As we heard previously, the priest Zechariah is released from silence and burst forth in song when his longed-for son John is born, even though he and his wife were supposedly beyond child-bearing age. Angels will burst forth from heaven in song above the heads of shepherds at Jesus’s birth. When the baby Jesus is brought to the Temple, the old man Simeon will sing a song when he is allowed to take the infant into his arms, a song of gratitude for allowing him to live long enough to see such a day. But the greatest song in Luke is the first song: the Song of Mary, what we call the Magnificat.

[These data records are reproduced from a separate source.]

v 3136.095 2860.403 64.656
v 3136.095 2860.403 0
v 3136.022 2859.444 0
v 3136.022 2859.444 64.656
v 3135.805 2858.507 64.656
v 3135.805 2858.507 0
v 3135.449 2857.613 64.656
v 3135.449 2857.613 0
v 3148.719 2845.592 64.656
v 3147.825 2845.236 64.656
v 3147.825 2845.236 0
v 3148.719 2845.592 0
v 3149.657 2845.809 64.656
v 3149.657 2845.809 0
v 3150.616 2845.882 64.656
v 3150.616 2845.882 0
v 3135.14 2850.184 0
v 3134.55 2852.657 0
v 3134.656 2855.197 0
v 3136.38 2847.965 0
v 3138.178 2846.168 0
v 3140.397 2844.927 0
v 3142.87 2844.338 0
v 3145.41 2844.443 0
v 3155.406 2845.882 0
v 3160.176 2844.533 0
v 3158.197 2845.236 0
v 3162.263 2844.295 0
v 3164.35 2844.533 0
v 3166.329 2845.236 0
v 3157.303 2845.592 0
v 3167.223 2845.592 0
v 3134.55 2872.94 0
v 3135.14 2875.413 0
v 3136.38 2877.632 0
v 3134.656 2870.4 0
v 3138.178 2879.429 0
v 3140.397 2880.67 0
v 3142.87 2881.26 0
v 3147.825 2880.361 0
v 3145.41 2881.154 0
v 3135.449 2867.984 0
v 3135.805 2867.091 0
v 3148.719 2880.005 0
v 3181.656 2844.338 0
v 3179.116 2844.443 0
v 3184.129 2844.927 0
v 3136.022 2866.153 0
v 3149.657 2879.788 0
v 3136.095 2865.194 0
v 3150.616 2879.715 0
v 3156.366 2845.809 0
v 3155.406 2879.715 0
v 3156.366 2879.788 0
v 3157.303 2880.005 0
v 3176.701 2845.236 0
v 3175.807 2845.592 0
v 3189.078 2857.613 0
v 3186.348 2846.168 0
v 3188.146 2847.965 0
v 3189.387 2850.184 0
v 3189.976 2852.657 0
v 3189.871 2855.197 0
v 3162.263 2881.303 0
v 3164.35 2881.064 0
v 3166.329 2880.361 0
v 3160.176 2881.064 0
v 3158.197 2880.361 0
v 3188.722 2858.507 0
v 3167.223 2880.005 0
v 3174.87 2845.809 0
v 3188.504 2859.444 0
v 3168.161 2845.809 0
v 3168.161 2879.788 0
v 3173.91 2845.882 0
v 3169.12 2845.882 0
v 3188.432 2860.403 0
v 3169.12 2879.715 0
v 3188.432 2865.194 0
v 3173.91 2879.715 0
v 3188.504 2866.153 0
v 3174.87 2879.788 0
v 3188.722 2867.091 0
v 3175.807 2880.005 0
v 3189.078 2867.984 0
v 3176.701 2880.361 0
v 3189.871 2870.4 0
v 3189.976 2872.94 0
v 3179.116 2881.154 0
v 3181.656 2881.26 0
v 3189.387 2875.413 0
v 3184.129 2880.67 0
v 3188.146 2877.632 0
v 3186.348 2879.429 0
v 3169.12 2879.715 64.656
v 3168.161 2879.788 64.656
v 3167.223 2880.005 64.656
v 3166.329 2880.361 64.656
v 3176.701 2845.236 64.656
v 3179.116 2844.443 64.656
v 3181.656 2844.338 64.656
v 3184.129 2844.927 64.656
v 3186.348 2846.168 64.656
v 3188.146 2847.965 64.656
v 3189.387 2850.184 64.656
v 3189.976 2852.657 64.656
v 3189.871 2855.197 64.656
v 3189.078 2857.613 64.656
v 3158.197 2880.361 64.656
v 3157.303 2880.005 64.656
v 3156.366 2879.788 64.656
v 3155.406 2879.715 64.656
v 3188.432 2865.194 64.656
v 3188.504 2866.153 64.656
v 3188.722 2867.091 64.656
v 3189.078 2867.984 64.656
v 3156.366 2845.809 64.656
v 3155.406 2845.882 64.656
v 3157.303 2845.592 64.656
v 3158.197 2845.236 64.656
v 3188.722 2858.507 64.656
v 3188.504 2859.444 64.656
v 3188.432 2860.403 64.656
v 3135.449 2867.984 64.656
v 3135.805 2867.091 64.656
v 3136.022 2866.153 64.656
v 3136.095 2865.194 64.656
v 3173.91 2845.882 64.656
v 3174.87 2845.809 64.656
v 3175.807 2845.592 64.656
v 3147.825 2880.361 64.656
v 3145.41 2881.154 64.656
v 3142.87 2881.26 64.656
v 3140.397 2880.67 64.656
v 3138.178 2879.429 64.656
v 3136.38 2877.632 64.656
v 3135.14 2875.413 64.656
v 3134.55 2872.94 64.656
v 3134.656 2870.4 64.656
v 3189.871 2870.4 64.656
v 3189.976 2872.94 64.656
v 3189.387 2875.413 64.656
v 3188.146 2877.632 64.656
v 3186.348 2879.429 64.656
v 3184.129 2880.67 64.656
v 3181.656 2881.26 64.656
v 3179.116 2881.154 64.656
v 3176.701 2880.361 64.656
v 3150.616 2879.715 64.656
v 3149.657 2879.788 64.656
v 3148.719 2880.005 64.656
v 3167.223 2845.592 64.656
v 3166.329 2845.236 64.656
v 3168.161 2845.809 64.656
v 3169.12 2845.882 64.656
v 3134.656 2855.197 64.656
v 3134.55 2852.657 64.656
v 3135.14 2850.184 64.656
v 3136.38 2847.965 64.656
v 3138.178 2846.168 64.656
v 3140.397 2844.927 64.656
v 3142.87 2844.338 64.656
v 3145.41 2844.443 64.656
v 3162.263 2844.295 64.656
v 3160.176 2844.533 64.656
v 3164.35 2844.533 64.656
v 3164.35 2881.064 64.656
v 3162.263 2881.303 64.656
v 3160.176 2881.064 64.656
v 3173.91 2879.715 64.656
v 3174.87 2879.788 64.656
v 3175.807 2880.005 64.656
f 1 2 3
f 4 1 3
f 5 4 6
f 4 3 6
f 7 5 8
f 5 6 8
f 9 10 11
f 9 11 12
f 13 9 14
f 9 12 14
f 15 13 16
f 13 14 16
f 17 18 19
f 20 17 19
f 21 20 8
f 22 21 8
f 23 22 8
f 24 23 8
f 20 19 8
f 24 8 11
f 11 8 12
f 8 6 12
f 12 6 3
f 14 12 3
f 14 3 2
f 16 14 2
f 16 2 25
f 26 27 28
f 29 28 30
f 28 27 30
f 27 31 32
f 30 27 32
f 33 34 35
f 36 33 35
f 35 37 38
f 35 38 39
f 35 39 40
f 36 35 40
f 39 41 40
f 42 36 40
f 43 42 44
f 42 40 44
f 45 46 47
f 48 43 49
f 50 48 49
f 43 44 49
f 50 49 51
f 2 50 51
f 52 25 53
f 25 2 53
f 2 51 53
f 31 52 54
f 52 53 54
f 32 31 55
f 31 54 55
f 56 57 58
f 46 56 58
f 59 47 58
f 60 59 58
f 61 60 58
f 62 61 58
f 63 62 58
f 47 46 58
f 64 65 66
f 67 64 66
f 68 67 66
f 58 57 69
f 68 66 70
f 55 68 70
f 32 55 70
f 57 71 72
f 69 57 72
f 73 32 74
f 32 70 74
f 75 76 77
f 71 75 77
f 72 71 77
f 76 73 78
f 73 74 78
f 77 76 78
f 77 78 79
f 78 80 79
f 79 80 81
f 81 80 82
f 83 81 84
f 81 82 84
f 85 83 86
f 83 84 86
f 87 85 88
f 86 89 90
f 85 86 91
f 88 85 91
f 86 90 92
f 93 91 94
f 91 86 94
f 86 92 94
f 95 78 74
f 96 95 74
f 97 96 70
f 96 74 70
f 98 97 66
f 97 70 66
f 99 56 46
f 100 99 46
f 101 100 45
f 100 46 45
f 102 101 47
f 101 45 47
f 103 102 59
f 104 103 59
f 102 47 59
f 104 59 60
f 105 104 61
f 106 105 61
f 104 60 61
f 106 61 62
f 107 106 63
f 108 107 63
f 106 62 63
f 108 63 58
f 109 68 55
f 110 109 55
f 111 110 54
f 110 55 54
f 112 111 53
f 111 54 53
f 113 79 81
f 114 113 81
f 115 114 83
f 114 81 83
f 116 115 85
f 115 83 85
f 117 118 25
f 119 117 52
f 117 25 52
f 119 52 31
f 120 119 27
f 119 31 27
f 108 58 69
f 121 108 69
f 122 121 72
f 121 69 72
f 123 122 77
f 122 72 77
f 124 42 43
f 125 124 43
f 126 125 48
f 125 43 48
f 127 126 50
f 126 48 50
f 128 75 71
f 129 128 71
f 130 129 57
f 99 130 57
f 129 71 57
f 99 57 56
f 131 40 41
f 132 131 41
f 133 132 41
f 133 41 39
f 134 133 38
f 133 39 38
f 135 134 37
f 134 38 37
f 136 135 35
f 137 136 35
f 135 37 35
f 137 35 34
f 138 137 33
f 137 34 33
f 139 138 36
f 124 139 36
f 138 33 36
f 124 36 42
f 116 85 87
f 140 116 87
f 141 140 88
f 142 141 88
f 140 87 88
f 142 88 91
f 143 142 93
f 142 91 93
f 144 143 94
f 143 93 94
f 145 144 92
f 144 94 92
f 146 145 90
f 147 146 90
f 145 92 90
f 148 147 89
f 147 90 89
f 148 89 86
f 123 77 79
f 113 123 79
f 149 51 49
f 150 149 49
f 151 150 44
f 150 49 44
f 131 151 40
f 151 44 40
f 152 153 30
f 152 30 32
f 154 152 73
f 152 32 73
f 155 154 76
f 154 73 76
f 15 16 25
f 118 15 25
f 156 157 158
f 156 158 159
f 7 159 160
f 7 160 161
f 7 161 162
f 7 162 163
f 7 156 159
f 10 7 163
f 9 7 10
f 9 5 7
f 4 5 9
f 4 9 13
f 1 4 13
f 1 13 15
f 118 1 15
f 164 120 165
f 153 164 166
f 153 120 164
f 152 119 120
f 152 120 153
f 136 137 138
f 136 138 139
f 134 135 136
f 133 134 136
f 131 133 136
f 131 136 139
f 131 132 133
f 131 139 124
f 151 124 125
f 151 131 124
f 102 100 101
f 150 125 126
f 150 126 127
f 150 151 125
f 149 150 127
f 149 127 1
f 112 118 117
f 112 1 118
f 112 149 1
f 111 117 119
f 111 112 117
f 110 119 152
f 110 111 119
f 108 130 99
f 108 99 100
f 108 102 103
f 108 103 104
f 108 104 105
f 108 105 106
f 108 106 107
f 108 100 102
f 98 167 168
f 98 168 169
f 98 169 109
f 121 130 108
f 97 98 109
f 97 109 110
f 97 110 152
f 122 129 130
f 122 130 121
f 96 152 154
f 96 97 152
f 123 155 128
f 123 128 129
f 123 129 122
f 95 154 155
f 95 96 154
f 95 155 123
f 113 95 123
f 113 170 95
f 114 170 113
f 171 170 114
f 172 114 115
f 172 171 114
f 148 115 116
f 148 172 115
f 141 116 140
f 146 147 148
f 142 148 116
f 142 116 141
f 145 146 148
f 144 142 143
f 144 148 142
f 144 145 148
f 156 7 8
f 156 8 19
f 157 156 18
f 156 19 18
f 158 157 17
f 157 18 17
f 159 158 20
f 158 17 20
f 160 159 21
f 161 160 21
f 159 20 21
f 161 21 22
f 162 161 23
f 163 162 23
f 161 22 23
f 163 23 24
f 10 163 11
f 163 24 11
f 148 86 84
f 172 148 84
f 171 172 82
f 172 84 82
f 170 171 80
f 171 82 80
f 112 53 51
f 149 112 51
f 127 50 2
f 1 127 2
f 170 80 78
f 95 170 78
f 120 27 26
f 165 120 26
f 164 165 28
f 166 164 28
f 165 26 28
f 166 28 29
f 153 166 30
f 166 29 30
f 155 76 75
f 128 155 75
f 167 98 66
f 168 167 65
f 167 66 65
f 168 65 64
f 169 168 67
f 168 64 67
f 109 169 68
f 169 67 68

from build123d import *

# Parameters (mm, degrees)
BOSS_EXTRUDE1_DEPTH = 64.6557


with BuildPart() as part:
    # Sketch1 → Boss-Extrude1 (new body)
    with BuildSketch(Plane.XY):
        with BuildLine():
            Line((3150.616152352, 2845.882200994), (3155.406404405, 2845.882200994))
            ThreePointArc((3155.406404405, 2845.882200994), (3156.838678555, 2845.718564285), (3158.197134553, 2845.236087848))
            ThreePointArc((3158.197134553, 2845.236087848), (3162.263228379, 2844.294700994), (3166.329322204, 2845.236087848))
            ThreePointArc((3166.329322204, 2845.236087848), (3167.687778202, 2845.718564285), (3169.120052352, 2845.882200994))
            Line((3169.120052352, 2845.882200994), (3173.910304405, 2845.882200994))
            ThreePointArc((3173.910304405, 2845.882200994), (3175.342578555, 2845.718564285), (3176.701034553, 2845.236087848))
            ThreePointArc((3176.701034553, 2845.236087848), (3187.309244963, 2847.00453441), (3189.077691525, 2857.61274482))
            ThreePointArc((3189.077691525, 2857.61274482), (3188.595215088, 2858.971200818), (3188.431578378, 2860.403474968))
            Line((3188.431578378, 2860.403474968), (3188.431578378, 2865.193727021))
            ThreePointArc((3188.431578378, 2865.193727021), (3188.595215088, 2866.626001171), (3189.077691525, 2867.984457169))
            ThreePointArc((3189.077691525, 2867.984457169), (3187.309244963, 2878.592667579), (3176.701034553, 2880.361114141))
            ThreePointArc((3176.701034553, 2880.361114141), (3175.342578555, 2879.878637704), (3173.910304405, 2879.715000994))
            Line((3173.910304405, 2879.715000994), (3169.120052352, 2879.715000994))
            ThreePointArc((3169.120052352, 2879.715000994), (3167.687778202, 2879.878637704), (3166.329322204, 2880.361114141))
            ThreePointArc((3166.329322204, 2880.361114141), (3162.263228379, 2881.302500994), (3158.197134553, 2880.361114141))
            ThreePointArc((3158.197134553, 2880.361114141), (3156.838678555, 2879.878637704), (3155.406404405, 2879.715000994))
            Line((3155.406404405, 2879.715000994), (3150.616152352, 2879.715000994))
            ThreePointArc((3150.616152352, 2879.715000994), (3149.183878202, 2879.878637704), (3147.825422204, 2880.361114141))
            ThreePointArc((3147.825422204, 2880.361114141), (3137.217211794, 2878.592667579), (3135.448765232, 2867.984457169))
            ThreePointArc((3135.448765232, 2867.984457169), (3135.931241669, 2866.626001171), (3136.094878379, 2865.193727021))
            Line((3136.094878379, 2865.193727021), (3136.094878379, 2860.403474968))
            ThreePointArc((3136.094878379, 2860.403474968), (3135.931241669, 2858.971200818), (3135.448765232, 2857.61274482))
            ThreePointArc((3135.448765232, 2857.61274482), (3137.217211794, 2847.00453441), (3147.825422204, 2845.236087848))
            ThreePointArc((3147.825422204, 2845.236087848), (3149.183878202, 2845.718564285), (3150.616152352, 2845.882200994))
        make_face()
    extrude(amount=BOSS_EXTRUDE1_DEPTH)


solid = part.part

And these songs are not ordinary songs. They are as much acts of resistance as they are outpourings of joy. They remind us that joy and rebellion can both be testimony of what God is doing in our lives. Resistance and glorious visions of justice for the oppressed ring throughout our gospel today.

First, there is Elizabeth’s resistance. Elizabeth is granted a child of promise, foretold to be a longed-for prophet for the people of Israel, late in her life, and the gospel tells us she not only secludes herself for the pregnancy, but apparently she keeps her condition a secret, perhaps not wanting to be turned into a side-show, perhaps to make sure nothing goes wrong in what is undoubtedly a high-risk pregnancy. Mary thus only finds out about Elizabeth’s pregnancy when the angel Gabriel tells her as part of the news of Mary’s own chosen status to be the mother of the Son of God.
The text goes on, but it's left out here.